## EXERCISE PROMPT
The stretch from the line with "#95=VERTEX_POINT('',#94);" through the line with "#105=EDGE_LOOP('',(#93,#98,#103,#104));" in the records below: write it out exactly, and nothing else.

## DATA SECTION
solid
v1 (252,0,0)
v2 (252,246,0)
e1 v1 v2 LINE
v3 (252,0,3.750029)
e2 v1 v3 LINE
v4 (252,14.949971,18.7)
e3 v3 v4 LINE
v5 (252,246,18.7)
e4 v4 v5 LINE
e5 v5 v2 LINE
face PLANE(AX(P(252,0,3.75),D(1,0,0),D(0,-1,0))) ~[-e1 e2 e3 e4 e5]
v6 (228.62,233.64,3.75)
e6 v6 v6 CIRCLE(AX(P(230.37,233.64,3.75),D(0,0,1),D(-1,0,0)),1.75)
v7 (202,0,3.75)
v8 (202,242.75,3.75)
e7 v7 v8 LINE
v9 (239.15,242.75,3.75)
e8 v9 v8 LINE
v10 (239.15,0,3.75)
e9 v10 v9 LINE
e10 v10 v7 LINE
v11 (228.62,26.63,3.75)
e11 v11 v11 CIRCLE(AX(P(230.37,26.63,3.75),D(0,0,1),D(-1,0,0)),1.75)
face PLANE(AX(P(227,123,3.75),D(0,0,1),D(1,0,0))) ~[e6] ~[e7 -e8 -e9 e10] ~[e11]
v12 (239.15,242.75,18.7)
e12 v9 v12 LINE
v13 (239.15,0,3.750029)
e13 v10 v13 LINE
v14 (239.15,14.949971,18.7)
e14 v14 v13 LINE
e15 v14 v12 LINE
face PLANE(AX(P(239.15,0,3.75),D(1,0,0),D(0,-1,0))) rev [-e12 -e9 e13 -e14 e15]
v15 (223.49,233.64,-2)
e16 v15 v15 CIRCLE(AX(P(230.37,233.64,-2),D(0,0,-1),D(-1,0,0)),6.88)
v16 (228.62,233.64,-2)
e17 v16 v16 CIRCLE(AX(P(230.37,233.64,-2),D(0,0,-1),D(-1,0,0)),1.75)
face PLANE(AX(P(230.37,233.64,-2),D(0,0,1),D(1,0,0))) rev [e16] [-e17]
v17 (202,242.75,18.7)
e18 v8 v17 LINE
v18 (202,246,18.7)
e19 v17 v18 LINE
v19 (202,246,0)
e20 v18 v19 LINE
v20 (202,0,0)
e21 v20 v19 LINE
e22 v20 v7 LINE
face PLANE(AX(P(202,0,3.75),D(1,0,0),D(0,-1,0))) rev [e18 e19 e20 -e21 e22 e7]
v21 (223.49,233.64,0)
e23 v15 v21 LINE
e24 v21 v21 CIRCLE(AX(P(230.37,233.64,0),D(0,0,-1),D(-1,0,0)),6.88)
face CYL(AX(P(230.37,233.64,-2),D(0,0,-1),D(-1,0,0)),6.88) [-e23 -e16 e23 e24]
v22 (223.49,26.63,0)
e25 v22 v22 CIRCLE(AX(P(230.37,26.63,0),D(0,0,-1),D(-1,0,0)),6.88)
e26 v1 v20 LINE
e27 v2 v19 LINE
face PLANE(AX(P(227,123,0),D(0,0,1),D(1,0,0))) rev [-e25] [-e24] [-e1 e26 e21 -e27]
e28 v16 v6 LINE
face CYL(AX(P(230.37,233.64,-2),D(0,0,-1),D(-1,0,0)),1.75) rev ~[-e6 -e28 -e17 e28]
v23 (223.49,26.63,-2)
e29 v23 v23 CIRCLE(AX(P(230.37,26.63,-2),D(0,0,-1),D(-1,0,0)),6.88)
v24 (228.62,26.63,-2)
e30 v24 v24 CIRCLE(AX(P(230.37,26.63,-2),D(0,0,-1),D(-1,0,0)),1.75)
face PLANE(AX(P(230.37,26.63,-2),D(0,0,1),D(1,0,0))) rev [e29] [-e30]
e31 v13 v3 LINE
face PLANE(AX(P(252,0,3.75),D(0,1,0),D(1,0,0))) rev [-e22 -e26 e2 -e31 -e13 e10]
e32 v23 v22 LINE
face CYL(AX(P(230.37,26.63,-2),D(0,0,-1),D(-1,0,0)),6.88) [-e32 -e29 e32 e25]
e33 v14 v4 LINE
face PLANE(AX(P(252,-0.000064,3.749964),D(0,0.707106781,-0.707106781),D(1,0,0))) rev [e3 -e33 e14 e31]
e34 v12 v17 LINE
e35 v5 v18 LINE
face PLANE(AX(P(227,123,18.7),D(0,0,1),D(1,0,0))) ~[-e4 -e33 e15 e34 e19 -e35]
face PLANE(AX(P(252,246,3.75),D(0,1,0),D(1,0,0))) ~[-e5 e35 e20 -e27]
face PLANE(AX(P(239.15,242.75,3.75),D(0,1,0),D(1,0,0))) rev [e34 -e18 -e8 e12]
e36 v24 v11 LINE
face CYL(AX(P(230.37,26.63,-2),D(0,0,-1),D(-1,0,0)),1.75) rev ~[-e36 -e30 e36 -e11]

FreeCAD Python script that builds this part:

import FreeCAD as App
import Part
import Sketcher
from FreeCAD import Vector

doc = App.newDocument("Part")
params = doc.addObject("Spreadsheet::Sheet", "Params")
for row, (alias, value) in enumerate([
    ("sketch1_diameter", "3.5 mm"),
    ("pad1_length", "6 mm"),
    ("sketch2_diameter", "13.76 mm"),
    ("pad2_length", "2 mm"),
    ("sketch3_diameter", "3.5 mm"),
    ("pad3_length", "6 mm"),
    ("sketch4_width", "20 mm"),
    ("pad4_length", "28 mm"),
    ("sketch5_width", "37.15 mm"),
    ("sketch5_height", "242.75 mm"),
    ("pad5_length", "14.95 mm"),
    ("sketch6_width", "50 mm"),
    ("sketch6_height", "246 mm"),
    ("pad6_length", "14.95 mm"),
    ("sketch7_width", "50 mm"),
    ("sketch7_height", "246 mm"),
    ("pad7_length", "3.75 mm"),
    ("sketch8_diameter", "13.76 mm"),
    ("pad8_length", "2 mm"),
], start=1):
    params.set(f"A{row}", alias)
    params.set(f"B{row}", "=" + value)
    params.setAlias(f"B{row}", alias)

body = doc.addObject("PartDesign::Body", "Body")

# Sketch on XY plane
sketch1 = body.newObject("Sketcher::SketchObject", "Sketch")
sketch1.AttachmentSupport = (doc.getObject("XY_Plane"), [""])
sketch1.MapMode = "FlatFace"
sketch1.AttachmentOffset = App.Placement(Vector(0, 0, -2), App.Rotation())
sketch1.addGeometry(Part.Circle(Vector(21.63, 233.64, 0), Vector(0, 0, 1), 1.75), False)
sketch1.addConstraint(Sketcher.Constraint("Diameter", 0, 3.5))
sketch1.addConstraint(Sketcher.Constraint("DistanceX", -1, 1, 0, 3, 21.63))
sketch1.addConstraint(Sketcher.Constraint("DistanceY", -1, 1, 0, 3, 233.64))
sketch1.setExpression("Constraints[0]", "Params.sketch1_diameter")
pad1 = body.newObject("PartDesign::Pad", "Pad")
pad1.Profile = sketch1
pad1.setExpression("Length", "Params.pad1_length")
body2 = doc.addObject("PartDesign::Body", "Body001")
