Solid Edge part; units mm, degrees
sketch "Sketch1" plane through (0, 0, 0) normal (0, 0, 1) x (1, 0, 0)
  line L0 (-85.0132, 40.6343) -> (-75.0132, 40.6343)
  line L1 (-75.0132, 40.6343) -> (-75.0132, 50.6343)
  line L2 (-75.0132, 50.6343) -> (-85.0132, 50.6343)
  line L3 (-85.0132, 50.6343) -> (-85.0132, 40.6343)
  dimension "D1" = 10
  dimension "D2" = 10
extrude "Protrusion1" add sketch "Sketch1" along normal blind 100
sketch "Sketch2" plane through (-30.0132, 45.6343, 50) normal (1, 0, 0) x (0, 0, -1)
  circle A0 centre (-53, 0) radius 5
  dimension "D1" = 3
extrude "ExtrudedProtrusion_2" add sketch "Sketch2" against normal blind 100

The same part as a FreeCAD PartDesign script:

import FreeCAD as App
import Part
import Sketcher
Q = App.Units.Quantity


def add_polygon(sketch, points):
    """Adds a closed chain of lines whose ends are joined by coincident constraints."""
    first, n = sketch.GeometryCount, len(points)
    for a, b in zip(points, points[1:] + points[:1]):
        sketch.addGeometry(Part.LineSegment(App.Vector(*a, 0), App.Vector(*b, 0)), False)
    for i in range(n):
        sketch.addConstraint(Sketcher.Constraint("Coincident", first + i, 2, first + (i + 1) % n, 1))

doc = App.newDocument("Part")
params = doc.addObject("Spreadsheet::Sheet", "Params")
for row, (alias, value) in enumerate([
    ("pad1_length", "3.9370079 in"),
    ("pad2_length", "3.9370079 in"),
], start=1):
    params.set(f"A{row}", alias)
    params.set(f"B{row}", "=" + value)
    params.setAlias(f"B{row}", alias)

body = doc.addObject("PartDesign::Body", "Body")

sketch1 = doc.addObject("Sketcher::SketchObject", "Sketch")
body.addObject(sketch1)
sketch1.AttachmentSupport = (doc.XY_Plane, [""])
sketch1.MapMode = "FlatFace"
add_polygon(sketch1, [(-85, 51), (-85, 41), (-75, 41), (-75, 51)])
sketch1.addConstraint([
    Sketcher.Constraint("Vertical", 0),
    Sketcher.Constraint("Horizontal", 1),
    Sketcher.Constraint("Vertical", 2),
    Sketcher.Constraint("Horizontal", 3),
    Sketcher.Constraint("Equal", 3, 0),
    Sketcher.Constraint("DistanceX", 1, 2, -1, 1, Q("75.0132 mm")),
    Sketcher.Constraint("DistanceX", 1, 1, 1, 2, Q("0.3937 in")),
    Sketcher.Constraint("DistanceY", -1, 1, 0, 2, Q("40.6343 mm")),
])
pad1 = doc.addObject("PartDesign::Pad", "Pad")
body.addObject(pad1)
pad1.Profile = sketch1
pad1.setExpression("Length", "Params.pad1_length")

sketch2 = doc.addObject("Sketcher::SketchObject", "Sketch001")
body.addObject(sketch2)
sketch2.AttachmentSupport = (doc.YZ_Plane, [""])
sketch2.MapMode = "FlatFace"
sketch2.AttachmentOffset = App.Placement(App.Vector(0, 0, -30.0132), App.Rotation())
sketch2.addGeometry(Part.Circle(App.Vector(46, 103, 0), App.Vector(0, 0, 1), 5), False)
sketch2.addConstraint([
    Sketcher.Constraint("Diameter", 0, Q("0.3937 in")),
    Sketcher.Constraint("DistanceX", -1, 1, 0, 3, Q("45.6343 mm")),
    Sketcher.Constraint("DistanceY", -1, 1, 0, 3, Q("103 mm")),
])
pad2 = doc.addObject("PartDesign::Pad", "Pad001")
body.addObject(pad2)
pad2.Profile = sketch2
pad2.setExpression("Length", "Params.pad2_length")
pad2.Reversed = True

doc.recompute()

...

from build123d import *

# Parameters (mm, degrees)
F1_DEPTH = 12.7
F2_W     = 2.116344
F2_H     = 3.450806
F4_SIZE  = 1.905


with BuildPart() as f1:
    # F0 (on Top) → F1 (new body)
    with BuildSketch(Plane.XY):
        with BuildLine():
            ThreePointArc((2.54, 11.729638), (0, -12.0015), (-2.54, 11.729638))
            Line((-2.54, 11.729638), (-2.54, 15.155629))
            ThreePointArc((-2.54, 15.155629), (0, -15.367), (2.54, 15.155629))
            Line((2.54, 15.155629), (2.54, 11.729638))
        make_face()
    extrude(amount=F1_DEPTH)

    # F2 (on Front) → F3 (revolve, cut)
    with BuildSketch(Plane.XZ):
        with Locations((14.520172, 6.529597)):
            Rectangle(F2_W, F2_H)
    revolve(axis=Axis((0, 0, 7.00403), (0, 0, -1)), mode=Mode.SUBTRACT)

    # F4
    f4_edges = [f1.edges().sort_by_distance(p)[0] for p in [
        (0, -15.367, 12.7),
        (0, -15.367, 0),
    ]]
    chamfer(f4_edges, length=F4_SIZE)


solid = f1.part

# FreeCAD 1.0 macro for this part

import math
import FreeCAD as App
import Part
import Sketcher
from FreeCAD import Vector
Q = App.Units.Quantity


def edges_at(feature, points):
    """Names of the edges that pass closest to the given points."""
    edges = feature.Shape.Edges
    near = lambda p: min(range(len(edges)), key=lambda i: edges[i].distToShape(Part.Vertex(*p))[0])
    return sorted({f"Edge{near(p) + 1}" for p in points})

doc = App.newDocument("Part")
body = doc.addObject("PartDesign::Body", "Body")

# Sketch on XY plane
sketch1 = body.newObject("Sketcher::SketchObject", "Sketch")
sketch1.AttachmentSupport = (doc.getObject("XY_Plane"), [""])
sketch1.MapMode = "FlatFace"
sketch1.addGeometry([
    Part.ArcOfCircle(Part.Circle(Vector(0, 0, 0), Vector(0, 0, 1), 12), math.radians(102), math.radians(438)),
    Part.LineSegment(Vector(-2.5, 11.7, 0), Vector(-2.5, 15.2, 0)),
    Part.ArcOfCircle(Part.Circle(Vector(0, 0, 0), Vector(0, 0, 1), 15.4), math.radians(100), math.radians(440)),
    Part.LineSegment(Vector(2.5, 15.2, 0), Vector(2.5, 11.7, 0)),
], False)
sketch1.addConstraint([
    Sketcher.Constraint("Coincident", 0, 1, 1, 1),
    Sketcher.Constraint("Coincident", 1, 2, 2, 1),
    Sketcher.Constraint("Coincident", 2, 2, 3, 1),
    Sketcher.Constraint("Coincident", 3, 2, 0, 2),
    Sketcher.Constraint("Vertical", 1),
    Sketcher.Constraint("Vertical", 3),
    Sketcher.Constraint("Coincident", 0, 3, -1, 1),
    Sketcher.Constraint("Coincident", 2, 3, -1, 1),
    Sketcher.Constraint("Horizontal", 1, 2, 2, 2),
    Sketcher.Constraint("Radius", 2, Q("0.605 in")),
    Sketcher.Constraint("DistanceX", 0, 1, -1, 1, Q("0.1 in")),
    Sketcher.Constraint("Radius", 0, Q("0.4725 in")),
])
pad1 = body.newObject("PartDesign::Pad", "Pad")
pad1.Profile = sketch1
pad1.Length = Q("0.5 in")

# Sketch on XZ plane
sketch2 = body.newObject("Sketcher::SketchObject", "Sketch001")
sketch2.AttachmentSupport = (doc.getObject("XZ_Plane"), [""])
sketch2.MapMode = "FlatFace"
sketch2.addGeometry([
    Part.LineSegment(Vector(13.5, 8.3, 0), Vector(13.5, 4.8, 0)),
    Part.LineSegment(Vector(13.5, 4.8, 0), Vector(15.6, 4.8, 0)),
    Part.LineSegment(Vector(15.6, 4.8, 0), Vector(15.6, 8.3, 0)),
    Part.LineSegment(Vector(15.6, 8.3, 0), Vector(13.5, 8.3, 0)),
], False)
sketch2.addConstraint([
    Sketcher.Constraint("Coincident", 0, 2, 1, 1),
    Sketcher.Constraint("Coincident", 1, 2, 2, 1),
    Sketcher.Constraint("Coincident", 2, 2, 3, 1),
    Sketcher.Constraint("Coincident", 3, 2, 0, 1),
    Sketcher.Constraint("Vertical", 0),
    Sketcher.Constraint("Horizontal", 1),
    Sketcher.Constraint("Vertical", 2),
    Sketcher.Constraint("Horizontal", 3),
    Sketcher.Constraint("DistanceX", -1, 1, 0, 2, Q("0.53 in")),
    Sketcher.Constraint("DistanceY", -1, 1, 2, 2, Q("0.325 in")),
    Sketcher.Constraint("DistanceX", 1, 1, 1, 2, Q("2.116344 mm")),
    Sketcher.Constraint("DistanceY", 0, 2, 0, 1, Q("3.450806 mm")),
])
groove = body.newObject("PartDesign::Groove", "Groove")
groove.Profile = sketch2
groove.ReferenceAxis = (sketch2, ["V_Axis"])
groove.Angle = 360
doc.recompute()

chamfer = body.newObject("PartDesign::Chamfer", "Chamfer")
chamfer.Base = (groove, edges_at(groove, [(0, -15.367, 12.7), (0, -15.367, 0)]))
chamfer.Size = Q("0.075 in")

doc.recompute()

* * *

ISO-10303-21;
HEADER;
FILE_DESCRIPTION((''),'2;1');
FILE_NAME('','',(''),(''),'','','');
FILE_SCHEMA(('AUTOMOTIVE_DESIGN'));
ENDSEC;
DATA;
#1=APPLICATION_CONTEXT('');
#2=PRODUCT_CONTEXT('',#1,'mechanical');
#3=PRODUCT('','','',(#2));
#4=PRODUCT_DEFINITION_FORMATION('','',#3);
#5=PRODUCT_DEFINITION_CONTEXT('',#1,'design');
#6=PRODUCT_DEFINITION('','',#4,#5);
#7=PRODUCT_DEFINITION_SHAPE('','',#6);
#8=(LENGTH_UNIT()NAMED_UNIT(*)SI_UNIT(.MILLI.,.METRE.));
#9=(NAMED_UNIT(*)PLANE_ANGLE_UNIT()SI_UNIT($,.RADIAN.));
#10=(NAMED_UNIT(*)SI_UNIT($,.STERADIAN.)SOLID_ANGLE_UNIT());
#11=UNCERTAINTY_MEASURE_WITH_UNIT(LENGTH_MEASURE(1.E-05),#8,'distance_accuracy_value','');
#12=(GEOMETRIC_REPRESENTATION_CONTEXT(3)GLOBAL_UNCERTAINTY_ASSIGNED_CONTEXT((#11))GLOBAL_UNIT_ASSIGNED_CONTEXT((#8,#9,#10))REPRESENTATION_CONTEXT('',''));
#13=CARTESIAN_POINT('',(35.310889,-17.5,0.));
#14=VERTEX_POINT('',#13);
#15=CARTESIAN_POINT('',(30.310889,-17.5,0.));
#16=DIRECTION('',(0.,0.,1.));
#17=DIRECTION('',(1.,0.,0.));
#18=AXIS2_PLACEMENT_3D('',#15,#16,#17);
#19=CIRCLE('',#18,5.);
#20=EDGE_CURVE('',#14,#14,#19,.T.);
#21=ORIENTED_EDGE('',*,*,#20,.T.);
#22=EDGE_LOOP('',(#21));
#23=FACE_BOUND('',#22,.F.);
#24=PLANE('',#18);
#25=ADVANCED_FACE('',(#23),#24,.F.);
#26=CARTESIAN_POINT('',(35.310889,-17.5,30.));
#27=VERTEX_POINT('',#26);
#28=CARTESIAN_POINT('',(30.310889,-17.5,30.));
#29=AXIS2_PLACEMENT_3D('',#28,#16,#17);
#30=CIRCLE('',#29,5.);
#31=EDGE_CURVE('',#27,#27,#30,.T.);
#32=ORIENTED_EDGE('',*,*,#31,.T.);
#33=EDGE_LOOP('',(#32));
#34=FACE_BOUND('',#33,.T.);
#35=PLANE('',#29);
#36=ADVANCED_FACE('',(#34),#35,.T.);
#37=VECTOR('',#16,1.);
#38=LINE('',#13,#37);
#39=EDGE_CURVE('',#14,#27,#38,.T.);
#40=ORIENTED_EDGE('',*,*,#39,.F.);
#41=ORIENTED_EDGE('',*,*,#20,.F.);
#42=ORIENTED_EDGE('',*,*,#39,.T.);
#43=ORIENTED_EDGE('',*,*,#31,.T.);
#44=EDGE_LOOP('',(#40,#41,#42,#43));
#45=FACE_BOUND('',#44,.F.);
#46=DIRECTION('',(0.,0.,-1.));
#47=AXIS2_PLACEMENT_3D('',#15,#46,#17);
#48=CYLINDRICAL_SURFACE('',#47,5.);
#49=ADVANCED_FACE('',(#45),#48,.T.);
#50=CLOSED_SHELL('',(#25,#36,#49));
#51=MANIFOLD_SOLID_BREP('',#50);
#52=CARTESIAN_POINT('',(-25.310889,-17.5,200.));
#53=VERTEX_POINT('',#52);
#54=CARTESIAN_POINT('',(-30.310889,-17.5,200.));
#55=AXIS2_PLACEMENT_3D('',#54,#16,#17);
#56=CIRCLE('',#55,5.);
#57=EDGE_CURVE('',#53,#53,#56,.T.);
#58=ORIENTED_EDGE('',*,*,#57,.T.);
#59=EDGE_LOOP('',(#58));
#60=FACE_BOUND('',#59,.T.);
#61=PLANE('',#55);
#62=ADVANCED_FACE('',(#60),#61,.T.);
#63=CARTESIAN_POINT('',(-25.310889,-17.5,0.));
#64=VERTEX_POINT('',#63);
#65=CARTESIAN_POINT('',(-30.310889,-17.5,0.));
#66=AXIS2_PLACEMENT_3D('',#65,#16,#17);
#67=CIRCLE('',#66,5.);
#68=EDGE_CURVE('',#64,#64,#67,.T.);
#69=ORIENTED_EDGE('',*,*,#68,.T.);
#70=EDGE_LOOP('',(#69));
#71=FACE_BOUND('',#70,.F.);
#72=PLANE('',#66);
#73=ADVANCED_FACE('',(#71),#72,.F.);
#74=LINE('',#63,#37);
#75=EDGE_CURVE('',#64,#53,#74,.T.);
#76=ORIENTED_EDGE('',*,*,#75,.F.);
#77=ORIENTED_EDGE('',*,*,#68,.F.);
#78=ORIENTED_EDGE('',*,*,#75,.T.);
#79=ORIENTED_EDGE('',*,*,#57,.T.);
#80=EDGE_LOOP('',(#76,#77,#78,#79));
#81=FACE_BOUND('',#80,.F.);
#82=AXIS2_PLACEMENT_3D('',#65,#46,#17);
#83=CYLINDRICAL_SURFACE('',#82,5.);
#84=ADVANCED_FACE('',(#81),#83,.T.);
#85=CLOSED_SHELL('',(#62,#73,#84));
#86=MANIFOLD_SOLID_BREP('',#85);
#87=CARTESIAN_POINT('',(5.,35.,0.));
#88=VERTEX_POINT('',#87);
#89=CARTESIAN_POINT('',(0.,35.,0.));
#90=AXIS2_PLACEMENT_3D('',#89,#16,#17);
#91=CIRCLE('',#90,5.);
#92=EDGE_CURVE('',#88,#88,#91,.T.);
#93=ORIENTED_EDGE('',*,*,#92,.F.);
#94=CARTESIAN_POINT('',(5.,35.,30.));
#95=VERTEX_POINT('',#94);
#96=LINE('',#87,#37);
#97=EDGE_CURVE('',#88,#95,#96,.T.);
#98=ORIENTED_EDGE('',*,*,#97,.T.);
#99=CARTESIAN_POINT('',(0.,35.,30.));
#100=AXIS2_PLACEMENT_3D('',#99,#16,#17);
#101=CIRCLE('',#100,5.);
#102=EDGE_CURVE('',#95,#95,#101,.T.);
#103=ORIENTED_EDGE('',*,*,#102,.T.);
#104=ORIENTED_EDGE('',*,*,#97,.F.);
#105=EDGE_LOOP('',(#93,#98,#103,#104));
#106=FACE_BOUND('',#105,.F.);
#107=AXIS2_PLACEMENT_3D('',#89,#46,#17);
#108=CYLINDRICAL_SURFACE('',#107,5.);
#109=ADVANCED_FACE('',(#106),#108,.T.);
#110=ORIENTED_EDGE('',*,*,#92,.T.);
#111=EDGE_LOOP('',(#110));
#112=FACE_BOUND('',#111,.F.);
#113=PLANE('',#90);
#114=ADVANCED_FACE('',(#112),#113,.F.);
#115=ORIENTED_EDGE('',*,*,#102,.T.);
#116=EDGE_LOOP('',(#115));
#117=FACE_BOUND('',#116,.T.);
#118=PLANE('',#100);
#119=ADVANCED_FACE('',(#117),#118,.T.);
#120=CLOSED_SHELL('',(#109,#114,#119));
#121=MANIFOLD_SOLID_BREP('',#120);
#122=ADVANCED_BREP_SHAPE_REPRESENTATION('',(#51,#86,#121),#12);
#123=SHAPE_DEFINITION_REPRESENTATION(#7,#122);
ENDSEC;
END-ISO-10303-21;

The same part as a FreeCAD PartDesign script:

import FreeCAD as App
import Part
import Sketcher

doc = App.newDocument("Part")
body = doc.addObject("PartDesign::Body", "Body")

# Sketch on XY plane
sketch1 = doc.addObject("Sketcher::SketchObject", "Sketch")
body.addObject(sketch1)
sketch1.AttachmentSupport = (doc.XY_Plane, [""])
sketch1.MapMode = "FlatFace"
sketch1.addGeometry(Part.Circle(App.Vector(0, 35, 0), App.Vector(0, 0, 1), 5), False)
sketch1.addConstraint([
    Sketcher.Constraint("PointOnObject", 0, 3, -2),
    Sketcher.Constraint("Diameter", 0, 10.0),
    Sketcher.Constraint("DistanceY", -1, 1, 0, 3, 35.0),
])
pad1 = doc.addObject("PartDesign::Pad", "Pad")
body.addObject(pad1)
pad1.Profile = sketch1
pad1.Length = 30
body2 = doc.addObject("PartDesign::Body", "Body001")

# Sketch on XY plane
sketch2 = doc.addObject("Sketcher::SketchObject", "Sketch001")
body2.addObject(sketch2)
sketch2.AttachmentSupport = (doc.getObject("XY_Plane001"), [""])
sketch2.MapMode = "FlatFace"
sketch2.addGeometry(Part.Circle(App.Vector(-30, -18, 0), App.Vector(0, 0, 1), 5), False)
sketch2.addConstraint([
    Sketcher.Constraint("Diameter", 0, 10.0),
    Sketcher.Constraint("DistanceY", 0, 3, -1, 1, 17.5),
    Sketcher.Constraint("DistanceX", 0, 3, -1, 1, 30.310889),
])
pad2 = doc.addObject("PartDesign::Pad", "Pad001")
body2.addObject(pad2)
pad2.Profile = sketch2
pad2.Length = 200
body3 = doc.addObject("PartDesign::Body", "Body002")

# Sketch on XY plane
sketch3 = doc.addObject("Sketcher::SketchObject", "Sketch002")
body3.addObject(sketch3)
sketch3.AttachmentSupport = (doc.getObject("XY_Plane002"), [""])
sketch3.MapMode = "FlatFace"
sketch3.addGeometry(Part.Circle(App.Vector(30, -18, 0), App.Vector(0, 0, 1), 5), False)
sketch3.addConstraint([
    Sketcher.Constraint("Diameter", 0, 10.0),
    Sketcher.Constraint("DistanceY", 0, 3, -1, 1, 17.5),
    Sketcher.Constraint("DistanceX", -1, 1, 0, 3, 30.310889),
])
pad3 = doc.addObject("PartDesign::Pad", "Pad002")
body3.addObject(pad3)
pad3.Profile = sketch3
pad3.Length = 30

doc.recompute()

## TASK ANSWER
#95=VERTEX_POINT('',#94);
#96=LINE('',#87,#37);
#97=EDGE_CURVE('',#88,#95,#96,.T.);
#98=ORIENTED_EDGE('',*,*,#97,.T.);
#99=CARTESIAN_POINT('',(0.,35.,30.));
#100=AXIS2_PLACEMENT_3D('',#99,#16,#17);
#101=CIRCLE('',#100,5.);
#102=EDGE_CURVE('',#95,#95,#101,.T.);
#103=ORIENTED_EDGE('',*,*,#102,.T.);
#104=ORIENTED_EDGE('',*,*,#97,.F.);
#105=EDGE_LOOP('',(#93,#98,#103,#104));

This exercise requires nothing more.